Macroplectra nararia

Scientific classification
- Kingdom: Animalia
- Phylum: Arthropoda
- Class: Insecta
- Order: Lepidoptera
- Family: Limacodidae
- Genus: Macroplectra
- Species: M. nararia
- Binomial name: Macroplectra nararia Moore, 1859

= Macroplectra nararia =

- Genus: Macroplectra
- Species: nararia
- Authority: Moore, 1859

Species of moth

Macroplectra nararia, the coconut slug caterpillar, is a moth of the family Limacodidae. The species was first described by Frederic Moore in 1859. It is found in Sri Lanka and India.

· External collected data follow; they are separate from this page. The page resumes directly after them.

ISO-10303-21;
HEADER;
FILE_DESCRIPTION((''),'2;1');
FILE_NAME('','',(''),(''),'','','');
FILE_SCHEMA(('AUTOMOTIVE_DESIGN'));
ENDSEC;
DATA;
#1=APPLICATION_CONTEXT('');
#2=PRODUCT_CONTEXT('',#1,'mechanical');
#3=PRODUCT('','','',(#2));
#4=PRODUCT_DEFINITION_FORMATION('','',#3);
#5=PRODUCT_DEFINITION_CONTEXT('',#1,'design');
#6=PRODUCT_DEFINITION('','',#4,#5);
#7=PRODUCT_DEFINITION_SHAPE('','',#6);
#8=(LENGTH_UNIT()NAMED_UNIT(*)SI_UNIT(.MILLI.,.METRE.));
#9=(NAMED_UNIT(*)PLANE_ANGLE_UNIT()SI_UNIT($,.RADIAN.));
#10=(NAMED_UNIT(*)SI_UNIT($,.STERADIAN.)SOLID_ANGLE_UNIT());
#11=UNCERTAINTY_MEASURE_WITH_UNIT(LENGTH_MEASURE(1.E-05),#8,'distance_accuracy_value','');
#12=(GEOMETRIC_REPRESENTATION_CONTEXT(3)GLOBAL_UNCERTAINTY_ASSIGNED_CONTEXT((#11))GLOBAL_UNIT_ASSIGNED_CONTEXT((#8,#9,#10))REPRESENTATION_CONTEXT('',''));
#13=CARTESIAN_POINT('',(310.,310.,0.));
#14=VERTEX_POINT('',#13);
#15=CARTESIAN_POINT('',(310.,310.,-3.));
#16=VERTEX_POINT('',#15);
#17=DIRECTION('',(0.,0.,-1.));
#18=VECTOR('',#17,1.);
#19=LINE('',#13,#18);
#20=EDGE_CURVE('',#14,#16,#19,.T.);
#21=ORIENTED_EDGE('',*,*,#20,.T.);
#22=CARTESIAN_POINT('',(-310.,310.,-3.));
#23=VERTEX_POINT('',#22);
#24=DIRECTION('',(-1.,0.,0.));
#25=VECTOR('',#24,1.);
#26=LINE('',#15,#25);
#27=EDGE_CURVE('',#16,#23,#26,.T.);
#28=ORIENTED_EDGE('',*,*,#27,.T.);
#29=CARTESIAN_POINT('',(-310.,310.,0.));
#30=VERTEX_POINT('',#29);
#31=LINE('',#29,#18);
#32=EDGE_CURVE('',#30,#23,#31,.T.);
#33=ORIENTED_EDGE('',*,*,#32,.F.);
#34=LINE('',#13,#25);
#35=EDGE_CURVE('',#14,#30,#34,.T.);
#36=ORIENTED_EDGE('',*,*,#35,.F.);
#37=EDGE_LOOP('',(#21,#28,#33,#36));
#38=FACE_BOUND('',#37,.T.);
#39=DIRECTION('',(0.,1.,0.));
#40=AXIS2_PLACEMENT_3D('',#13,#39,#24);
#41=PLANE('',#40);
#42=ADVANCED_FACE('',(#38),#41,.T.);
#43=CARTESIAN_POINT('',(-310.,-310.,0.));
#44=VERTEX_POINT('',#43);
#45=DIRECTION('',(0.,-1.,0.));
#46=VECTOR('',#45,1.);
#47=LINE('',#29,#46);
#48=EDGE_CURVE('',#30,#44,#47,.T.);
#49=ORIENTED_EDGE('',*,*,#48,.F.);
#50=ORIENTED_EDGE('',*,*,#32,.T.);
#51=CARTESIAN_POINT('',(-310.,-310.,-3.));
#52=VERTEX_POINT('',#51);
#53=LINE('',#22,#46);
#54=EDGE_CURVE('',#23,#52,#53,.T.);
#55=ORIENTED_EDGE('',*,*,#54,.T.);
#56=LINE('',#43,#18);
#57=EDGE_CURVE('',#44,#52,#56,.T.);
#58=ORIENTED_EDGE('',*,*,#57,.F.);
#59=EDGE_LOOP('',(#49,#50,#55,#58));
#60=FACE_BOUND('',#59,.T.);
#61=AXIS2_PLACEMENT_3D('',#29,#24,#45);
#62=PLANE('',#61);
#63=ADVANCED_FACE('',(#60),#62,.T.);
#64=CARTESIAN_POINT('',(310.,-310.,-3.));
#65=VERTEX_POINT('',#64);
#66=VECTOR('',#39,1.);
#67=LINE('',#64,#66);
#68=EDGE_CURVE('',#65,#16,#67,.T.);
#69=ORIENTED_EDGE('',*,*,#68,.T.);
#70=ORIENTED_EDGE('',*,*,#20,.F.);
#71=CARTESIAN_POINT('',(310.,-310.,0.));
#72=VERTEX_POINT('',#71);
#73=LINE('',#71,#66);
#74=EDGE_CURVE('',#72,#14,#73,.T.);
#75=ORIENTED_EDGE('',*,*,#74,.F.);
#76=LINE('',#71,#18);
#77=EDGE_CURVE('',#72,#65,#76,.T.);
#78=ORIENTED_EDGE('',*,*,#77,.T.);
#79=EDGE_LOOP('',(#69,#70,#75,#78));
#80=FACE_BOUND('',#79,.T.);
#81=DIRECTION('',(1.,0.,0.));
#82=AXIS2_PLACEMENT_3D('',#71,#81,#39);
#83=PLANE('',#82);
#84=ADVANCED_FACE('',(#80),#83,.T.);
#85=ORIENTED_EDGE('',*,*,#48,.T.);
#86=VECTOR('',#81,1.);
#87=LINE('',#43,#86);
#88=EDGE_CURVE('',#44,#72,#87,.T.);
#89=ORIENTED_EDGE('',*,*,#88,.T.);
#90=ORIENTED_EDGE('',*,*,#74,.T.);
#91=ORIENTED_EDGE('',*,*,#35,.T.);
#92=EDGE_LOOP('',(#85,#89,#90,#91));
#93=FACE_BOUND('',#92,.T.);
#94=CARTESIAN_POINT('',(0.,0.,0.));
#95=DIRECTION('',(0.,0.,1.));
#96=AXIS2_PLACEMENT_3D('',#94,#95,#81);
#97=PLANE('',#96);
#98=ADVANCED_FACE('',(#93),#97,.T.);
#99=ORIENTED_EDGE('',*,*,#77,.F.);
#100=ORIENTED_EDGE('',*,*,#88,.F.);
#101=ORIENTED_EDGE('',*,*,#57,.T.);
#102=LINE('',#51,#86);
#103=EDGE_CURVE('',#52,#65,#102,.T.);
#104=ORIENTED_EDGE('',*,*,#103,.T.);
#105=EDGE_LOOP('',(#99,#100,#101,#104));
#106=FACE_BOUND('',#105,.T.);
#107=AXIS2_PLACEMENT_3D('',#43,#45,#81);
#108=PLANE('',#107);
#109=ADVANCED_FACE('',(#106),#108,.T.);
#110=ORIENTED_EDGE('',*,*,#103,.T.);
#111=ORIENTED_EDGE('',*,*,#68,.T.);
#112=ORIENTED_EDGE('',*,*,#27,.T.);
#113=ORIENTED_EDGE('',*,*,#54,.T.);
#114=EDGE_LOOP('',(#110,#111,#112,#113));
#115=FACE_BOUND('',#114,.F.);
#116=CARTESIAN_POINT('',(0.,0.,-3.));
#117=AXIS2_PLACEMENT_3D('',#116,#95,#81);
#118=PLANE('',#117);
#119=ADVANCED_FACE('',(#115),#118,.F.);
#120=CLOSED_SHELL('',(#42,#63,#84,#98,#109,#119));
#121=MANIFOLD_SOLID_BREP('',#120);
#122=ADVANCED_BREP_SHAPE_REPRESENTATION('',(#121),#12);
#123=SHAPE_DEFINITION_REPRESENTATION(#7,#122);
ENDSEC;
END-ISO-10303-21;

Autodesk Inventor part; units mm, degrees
ref_plane "YZ Plane" through (0, 0, 0) normal (1, 0, 0) x (0, 1, 0)
ref_plane "XZ Plane" through (0, 0, 0) normal (0, 1, 0) x (-1, 0, 0)
ref_plane "XY Plane" through (0, 0, 0) normal (0, 0, 1) x (1, 0, 0)
sketch "Sketch1" plane through (0, 0, 0) normal (0, 0, 1) x (1, 0, 0)
  line L0 (-310, -310) -> (310, -310)
  line L1 (310, -310) -> (310, 310)
  line L2 (310, 310) -> (-310, 310)
  line L3 (-310, 310) -> (-310, -310)
  line L4 (-310, -310) -> (310, 310) construction
  line L5 (310, -310) -> (-310, 310) construction
  point P0 (0, 0)
  dimension "d0" = 620
  dimension "d1" = 620
extrude "Extrusion1" add sketch "Sketch1" against normal blind 3
properties part number "RT_FRM_V5_MC_01_DynamicsBottom" material "Acetal Resin, Black"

It is a serious pest on coconut. The caterpillar feeds on leaf lamina until only the midribs remain. This results development of necrotic spots in early stage. In severe conditions, gumming on the nuts can be observed. Outbreaks were observed in Andhra Pradesh, India, in 2007, 2012 and 2013.

Two larval parasitoids, Euplectrus and Euplectromorpha are effective for control agents. Eurytoma monemae is a pupal parasitoid. Paecilomyces lilacinus is an effective entomopathogen of the moth. The patasitoid Pediobius imbrues has been successfully used to control the coconut slug caterpillar in India.